[Supplied data]:
------------------------------------------------------------------------

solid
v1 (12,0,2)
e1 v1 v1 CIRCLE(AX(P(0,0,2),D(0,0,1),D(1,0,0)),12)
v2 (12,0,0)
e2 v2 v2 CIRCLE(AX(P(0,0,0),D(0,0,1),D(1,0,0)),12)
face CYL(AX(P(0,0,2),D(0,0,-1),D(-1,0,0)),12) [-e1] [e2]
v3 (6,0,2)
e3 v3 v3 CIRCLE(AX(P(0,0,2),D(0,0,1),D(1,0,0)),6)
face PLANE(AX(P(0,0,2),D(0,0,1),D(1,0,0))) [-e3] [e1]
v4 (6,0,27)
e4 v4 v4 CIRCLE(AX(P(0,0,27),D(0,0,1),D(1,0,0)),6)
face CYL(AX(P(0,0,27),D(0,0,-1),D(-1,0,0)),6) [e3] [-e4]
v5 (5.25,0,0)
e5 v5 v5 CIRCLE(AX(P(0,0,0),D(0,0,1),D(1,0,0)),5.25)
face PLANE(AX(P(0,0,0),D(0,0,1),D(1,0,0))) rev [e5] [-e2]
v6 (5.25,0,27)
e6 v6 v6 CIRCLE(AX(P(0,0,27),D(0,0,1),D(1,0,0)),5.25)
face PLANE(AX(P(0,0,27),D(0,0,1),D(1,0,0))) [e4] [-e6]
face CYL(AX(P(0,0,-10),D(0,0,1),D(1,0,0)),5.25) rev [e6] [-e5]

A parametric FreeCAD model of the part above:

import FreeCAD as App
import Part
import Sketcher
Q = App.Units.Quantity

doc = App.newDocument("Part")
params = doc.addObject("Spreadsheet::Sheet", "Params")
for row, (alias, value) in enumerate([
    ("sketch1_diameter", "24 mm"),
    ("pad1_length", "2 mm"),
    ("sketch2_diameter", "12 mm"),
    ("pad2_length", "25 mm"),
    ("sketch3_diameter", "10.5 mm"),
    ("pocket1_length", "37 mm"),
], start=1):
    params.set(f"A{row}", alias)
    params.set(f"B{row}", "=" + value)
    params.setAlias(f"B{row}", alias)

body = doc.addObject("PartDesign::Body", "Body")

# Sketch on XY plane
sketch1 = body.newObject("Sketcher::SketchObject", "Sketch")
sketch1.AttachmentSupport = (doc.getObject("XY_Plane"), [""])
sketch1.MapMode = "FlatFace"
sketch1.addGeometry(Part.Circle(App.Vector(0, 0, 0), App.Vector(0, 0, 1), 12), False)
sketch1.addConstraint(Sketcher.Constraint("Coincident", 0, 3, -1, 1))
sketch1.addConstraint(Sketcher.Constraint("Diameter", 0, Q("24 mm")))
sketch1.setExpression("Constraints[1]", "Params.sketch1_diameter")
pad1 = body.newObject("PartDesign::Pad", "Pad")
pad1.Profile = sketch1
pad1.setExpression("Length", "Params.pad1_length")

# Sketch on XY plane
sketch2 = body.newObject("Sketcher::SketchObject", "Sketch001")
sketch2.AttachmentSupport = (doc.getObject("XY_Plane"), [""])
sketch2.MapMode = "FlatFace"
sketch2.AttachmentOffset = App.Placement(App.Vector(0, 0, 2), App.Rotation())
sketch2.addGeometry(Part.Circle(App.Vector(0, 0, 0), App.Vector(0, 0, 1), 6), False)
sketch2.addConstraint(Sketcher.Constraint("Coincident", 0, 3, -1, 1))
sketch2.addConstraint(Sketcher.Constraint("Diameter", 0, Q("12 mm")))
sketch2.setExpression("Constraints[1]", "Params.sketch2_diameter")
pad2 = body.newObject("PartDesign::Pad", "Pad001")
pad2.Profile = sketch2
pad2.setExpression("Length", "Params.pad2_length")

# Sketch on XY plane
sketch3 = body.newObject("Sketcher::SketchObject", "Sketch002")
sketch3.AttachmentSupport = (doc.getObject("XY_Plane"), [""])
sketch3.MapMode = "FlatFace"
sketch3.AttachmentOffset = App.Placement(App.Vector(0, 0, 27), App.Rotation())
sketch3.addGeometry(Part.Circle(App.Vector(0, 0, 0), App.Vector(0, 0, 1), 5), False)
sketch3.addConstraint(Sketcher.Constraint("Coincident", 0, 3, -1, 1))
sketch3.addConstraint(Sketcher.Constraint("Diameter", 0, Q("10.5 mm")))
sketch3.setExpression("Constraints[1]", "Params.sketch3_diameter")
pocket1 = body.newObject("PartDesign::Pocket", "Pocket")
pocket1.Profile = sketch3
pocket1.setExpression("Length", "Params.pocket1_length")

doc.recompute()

------------------------------------------------------------------------

[Required action]: Output all records verbatim.

[Answer to this exercise]:
solid
v1 (12,0,2)
e1 v1 v1 CIRCLE(AX(P(0,0,2),D(0,0,1),D(1,0,0)),12)
v2 (12,0,0)
e2 v2 v2 CIRCLE(AX(P(0,0,0),D(0,0,1),D(1,0,0)),12)
face CYL(AX(P(0,0,2),D(0,0,-1),D(-1,0,0)),12) [-e1] [e2]
v3 (6,0,2)
e3 v3 v3 CIRCLE(AX(P(0,0,2),D(0,0,1),D(1,0,0)),6)
face PLANE(AX(P(0,0,2),D(0,0,1),D(1,0,0))) [-e3] [e1]
v4 (6,0,27)
e4 v4 v4 CIRCLE(AX(P(0,0,27),D(0,0,1),D(1,0,0)),6)
face CYL(AX(P(0,0,27),D(0,0,-1),D(-1,0,0)),6) [e3] [-e4]
v5 (5.25,0,0)
e5 v5 v5 CIRCLE(AX(P(0,0,0),D(0,0,1),D(1,0,0)),5.25)
face PLANE(AX(P(0,0,0),D(0,0,1),D(1,0,0))) rev [e5] [-e2]
v6 (5.25,0,27)
e6 v6 v6 CIRCLE(AX(P(0,0,27),D(0,0,1),D(1,0,0)),5.25)
face PLANE(AX(P(0,0,27),D(0,0,1),D(1,0,0))) [e4] [-e6]
face CYL(AX(P(0,0,-10),D(0,0,1),D(1,0,0)),5.25) rev [e6] [-e5]

A parametric FreeCAD model of the part above:

import FreeCAD as App
import Part
import Sketcher
Q = App.Units.Quantity

doc = App.newDocument("Part")
params = doc.addObject("Spreadsheet::Sheet", "Params")
for row, (alias, value) in enumerate([
    ("sketch1_diameter", "24 mm"),
    ("pad1_length", "2 mm"),
    ("sketch2_diameter", "12 mm"),
    ("pad2_length", "25 mm"),
    ("sketch3_diameter", "10.5 mm"),
    ("pocket1_length", "37 mm"),
], start=1):
    params.set(f"A{row}", alias)
    params.set(f"B{row}", "=" + value)
    params.setAlias(f"B{row}", alias)

body = doc.addObject("PartDesign::Body", "Body")

# Sketch on XY plane
sketch1 = body.newObject("Sketcher::SketchObject", "Sketch")
sketch1.AttachmentSupport = (doc.getObject("XY_Plane"), [""])
sketch1.MapMode = "FlatFace"
sketch1.addGeometry(Part.Circle(App.Vector(0, 0, 0), App.Vector(0, 0, 1), 12), False)
sketch1.addConstraint(Sketcher.Constraint("Coincident", 0, 3, -1, 1))
sketch1.addConstraint(Sketcher.Constraint("Diameter", 0, Q("24 mm")))
sketch1.setExpression("Constraints[1]", "Params.sketch1_diameter")
pad1 = body.newObject("PartDesign::Pad", "Pad")
pad1.Profile = sketch1
pad1.setExpression("Length", "Params.pad1_length")

# Sketch on XY plane
sketch2 = body.newObject("Sketcher::SketchObject", "Sketch001")
sketch2.AttachmentSupport = (doc.getObject("XY_Plane"), [""])
sketch2.MapMode = "FlatFace"
sketch2.AttachmentOffset = App.Placement(App.Vector(0, 0, 2), App.Rotation())
sketch2.addGeometry(Part.Circle(App.Vector(0, 0, 0), App.Vector(0, 0, 1), 6), False)
sketch2.addConstraint(Sketcher.Constraint("Coincident", 0, 3, -1, 1))
sketch2.addConstraint(Sketcher.Constraint("Diameter", 0, Q("12 mm")))
sketch2.setExpression("Constraints[1]", "Params.sketch2_diameter")
pad2 = body.newObject("PartDesign::Pad", "Pad001")
pad2.Profile = sketch2
pad2.setExpression("Length", "Params.pad2_length")

# Sketch on XY plane
sketch3 = body.newObject("Sketcher::SketchObject", "Sketch002")
sketch3.AttachmentSupport = (doc.getObject("XY_Plane"), [""])
sketch3.MapMode = "FlatFace"
sketch3.AttachmentOffset = App.Placement(App.Vector(0, 0, 27), App.Rotation())
sketch3.addGeometry(Part.Circle(App.Vector(0, 0, 0), App.Vector(0, 0, 1), 5), False)
sketch3.addConstraint(Sketcher.Constraint("Coincident", 0, 3, -1, 1))
sketch3.addConstraint(Sketcher.Constraint("Diameter", 0, Q("10.5 mm")))
sketch3.setExpression("Constraints[1]", "Params.sketch3_diameter")
pocket1 = body.newObject("PartDesign::Pocket", "Pocket")
pocket1.Profile = sketch3
pocket1.setExpression("Length", "Params.pocket1_length")

doc.recompute()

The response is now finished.